Various Carleton student and teaching unions have released a call for Carleton to open the Board of Governors (BoG) to students and union executives.
In a news release published online, the letter said the groups were seeking to change the way the board was distributed and push to be “more democratic, not less.”
“We seek reform of the democratic procedures of the university . . . so that the Carleton community may finally get the Board that it deserves,” the letter reads.
The release was co-signed by varying corporate and student unions on campus, including the Graduate Students’ Association (GSA), the Canadian Union of Public Employees representing administrative and technical staff (CUPE 2424) and TAs and contract instructors (CUPE 4600), Carleton University Academic Staff Association (CUASA) and the Ontario Public Service Employees Union (OPSEO).
GSA president Michael Bueckert said he thinks the board is closing itself off from outside participation. He also claims the board has begun to operate the campus as a corporation.
“The community members on the board . . . end up making the decisions on behalf of the rest of us. This is not how a democratic institution functions,” Bueckert said.
This response is a reaction to the continued efforts of the BoG to remove the representation of the unions on campus, which came to a head this summer with a proposed change in the by-laws that would remove the elected executives from both Carleton student associations and unions from the board.
However, Carleton University Students’ Association (CUSA) did not sign on to the letter. CUSA president Fahd Alhattab said he has mentioned opening the BoG meetings to president Roseann Runte privately.
“The old-school thinking of student associations was ‘fuck the administration,’ . . . we’re gonna do our own way and get it done,” Alhattab said. “Our goal is pragmatic leadership and how to work with the administration to get what we need for students.”
Bueckert said the BoG needs to be reformed to better serve its mandate.
“There is very little input from the people that work and go to school here,” Bueckert said. “We can see with the recent board bylaw changes that they want to pass excluding student and labour representatives from the board and closing the meetings to the public.”
“These are steps in the opposite direction. They will make the board even less accountable for students to staff and less accessible to the public,” Bueckert said.
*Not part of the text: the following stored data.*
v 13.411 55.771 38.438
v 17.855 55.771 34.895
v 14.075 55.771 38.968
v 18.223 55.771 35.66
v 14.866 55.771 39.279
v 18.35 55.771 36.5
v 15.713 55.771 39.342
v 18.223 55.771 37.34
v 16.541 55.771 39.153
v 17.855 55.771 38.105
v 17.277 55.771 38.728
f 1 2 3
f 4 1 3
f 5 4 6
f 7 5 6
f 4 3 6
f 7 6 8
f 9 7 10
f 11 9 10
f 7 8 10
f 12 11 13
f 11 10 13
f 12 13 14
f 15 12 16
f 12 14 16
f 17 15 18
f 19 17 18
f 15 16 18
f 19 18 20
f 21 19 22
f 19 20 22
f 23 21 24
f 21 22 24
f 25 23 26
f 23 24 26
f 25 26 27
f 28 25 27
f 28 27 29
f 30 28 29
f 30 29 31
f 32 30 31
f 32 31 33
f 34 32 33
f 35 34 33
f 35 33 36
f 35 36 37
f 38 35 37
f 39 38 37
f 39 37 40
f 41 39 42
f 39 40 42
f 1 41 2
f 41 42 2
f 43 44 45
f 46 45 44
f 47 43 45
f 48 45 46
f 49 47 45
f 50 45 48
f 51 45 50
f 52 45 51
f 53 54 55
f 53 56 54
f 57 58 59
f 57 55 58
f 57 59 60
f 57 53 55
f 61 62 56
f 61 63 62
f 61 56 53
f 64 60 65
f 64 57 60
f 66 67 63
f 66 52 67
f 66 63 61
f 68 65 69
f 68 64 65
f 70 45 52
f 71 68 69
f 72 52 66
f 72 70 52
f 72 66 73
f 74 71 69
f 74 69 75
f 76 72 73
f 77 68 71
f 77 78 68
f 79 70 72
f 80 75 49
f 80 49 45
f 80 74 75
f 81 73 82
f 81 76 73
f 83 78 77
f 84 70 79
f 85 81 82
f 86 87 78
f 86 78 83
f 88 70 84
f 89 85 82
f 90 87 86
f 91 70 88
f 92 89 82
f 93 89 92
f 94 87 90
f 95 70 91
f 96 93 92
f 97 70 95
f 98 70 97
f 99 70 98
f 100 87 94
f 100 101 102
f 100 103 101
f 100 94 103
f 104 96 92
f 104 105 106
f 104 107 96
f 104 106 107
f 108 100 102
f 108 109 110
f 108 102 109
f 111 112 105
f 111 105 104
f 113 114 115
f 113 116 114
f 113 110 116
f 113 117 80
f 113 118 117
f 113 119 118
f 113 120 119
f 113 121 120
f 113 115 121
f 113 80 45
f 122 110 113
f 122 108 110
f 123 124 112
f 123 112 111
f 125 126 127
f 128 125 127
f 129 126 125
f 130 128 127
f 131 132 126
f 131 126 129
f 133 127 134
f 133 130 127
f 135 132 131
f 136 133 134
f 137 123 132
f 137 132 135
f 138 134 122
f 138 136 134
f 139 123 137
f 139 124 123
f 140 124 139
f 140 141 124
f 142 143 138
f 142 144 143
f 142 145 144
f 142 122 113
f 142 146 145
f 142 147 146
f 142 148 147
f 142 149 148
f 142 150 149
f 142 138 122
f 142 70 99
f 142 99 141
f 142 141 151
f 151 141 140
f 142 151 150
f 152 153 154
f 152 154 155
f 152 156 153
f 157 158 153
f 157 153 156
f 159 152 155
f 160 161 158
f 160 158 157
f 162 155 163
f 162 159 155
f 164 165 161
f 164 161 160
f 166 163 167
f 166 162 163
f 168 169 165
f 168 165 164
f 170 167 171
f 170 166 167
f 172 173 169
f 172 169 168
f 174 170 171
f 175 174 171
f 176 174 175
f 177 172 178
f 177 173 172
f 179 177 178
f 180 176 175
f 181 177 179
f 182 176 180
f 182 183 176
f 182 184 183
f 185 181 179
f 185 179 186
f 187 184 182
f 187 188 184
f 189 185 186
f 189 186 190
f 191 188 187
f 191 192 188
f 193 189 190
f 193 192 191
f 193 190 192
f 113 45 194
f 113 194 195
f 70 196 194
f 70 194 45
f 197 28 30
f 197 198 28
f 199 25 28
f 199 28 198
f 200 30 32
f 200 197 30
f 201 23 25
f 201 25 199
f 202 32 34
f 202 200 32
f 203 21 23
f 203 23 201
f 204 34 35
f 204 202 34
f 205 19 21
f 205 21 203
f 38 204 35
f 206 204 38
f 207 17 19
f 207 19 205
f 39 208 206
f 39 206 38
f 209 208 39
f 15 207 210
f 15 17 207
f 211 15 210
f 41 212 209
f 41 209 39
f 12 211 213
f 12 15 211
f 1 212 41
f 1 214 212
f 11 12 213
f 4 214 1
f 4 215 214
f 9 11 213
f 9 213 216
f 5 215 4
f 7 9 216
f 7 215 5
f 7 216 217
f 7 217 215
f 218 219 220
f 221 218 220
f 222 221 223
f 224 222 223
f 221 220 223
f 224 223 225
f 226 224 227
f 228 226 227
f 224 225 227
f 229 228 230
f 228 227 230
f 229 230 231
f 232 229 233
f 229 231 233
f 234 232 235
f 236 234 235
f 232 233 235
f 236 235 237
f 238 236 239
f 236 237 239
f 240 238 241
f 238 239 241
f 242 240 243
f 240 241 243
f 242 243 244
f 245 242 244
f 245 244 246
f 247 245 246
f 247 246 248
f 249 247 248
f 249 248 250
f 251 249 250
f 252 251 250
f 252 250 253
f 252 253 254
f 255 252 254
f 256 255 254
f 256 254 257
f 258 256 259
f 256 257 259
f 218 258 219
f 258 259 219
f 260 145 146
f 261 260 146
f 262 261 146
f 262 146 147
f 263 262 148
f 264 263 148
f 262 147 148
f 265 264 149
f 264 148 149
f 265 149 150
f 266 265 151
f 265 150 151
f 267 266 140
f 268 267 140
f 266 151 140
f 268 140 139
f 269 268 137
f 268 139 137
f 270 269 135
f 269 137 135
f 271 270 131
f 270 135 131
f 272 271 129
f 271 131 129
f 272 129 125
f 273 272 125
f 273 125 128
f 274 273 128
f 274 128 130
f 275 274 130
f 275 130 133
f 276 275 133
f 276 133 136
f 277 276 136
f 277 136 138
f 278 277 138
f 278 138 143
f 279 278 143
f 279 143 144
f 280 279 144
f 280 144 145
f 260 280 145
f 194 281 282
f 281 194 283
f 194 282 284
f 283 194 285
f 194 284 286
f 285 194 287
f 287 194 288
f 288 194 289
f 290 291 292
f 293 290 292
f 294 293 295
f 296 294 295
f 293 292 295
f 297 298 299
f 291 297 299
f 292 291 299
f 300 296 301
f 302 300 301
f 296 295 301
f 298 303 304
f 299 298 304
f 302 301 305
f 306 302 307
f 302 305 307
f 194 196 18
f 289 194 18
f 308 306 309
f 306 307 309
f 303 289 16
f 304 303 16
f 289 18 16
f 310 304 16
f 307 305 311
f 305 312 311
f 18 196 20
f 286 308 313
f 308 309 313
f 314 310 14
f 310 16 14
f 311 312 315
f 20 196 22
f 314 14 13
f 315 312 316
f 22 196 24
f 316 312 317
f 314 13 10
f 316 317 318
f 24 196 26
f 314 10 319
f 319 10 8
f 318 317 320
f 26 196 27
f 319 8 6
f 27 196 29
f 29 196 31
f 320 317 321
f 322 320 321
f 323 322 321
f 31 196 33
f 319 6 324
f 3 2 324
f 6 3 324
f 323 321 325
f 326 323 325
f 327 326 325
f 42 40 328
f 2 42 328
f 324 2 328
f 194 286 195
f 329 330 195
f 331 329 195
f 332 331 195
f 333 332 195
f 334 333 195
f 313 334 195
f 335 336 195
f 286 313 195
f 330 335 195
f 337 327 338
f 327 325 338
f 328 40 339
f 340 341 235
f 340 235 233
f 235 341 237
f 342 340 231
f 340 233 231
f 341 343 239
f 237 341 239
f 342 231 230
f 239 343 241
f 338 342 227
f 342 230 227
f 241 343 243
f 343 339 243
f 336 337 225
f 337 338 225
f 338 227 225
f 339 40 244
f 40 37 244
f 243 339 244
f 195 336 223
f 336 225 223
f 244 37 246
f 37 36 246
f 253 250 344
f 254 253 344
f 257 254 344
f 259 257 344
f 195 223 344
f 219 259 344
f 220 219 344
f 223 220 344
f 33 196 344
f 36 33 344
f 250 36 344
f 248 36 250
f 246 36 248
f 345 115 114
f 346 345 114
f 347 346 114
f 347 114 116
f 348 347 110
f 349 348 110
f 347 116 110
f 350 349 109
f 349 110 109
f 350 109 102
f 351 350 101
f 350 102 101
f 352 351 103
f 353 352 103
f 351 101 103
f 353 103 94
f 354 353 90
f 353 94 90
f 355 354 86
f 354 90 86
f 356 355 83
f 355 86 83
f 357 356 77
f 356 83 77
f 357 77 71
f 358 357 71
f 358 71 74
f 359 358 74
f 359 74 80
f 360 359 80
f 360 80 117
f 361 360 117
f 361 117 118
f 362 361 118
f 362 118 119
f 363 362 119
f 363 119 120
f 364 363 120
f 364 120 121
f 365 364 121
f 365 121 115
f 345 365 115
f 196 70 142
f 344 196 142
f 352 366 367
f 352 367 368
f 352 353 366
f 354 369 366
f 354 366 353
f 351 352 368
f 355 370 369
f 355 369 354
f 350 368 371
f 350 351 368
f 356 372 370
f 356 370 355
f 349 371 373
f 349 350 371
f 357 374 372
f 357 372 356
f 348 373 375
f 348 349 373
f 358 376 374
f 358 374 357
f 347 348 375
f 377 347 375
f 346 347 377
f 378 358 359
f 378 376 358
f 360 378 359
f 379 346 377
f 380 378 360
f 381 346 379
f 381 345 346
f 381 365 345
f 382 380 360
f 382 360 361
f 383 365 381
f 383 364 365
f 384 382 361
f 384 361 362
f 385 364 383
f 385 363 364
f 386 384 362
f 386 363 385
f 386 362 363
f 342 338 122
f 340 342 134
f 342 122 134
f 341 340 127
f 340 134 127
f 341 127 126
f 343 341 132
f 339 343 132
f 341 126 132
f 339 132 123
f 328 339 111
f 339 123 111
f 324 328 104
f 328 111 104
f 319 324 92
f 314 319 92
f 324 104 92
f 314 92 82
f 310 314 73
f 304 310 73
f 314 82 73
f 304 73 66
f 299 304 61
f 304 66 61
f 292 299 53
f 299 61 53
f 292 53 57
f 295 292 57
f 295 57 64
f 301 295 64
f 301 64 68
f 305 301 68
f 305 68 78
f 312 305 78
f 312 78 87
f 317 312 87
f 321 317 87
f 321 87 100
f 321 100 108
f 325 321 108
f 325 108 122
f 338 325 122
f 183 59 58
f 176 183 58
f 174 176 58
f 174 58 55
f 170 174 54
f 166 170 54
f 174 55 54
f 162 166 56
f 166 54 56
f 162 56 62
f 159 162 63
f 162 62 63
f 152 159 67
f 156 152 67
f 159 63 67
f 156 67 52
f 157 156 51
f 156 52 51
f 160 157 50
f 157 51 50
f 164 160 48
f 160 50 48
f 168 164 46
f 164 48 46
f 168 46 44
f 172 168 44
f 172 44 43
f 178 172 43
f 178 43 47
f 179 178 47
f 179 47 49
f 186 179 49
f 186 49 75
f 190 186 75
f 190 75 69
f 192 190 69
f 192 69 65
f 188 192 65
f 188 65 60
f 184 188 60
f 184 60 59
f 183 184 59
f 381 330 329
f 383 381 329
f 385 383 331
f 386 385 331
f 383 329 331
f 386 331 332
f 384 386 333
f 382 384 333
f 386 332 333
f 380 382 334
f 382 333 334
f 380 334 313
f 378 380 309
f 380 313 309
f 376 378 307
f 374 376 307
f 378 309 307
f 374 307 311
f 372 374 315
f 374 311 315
Steven Levitt, a member of the board’s legal counsel, said union executives have responsibilities that are “irreconcilable” with the mandate of the board.
Peter Gose, a representative of CUASA, said he disagrees and believes the problem is at the board level, not with student union executives.
“The problem is an unrepresentative and unresponsive Board, not unruly students,” Gose said.
The Ontario branch of the Canadian Federation of Students has also opposed the proposed changes to the Board.
“As the highest decision making body of the campus community, the Board must be a place where students have input, representation, and voting rights,” the letter reads.
Runte said it is not a matter of whether students are on the board, but of how they are elected to represent students on the board.
“Faculty and staff would be able to serve—they just wouldn’t be able to be union executives. The discussion carried on to should that also apply to student executives,” Runte said. “There was never a question of not having students, faculty, and staff on the board. It was a question of should they be students that were elected from all the student body, or should they just be elected from the executive of the student association.”
CUPE 2424 president Pam Griffon-Hody said she sees this as an opportunity to mobilize those who are passionate about the Carleton community, regardless of other responsibilities.
“How can [their position as student union executives] be in conflict with their interest of running a great university?” Griffon-Hody said.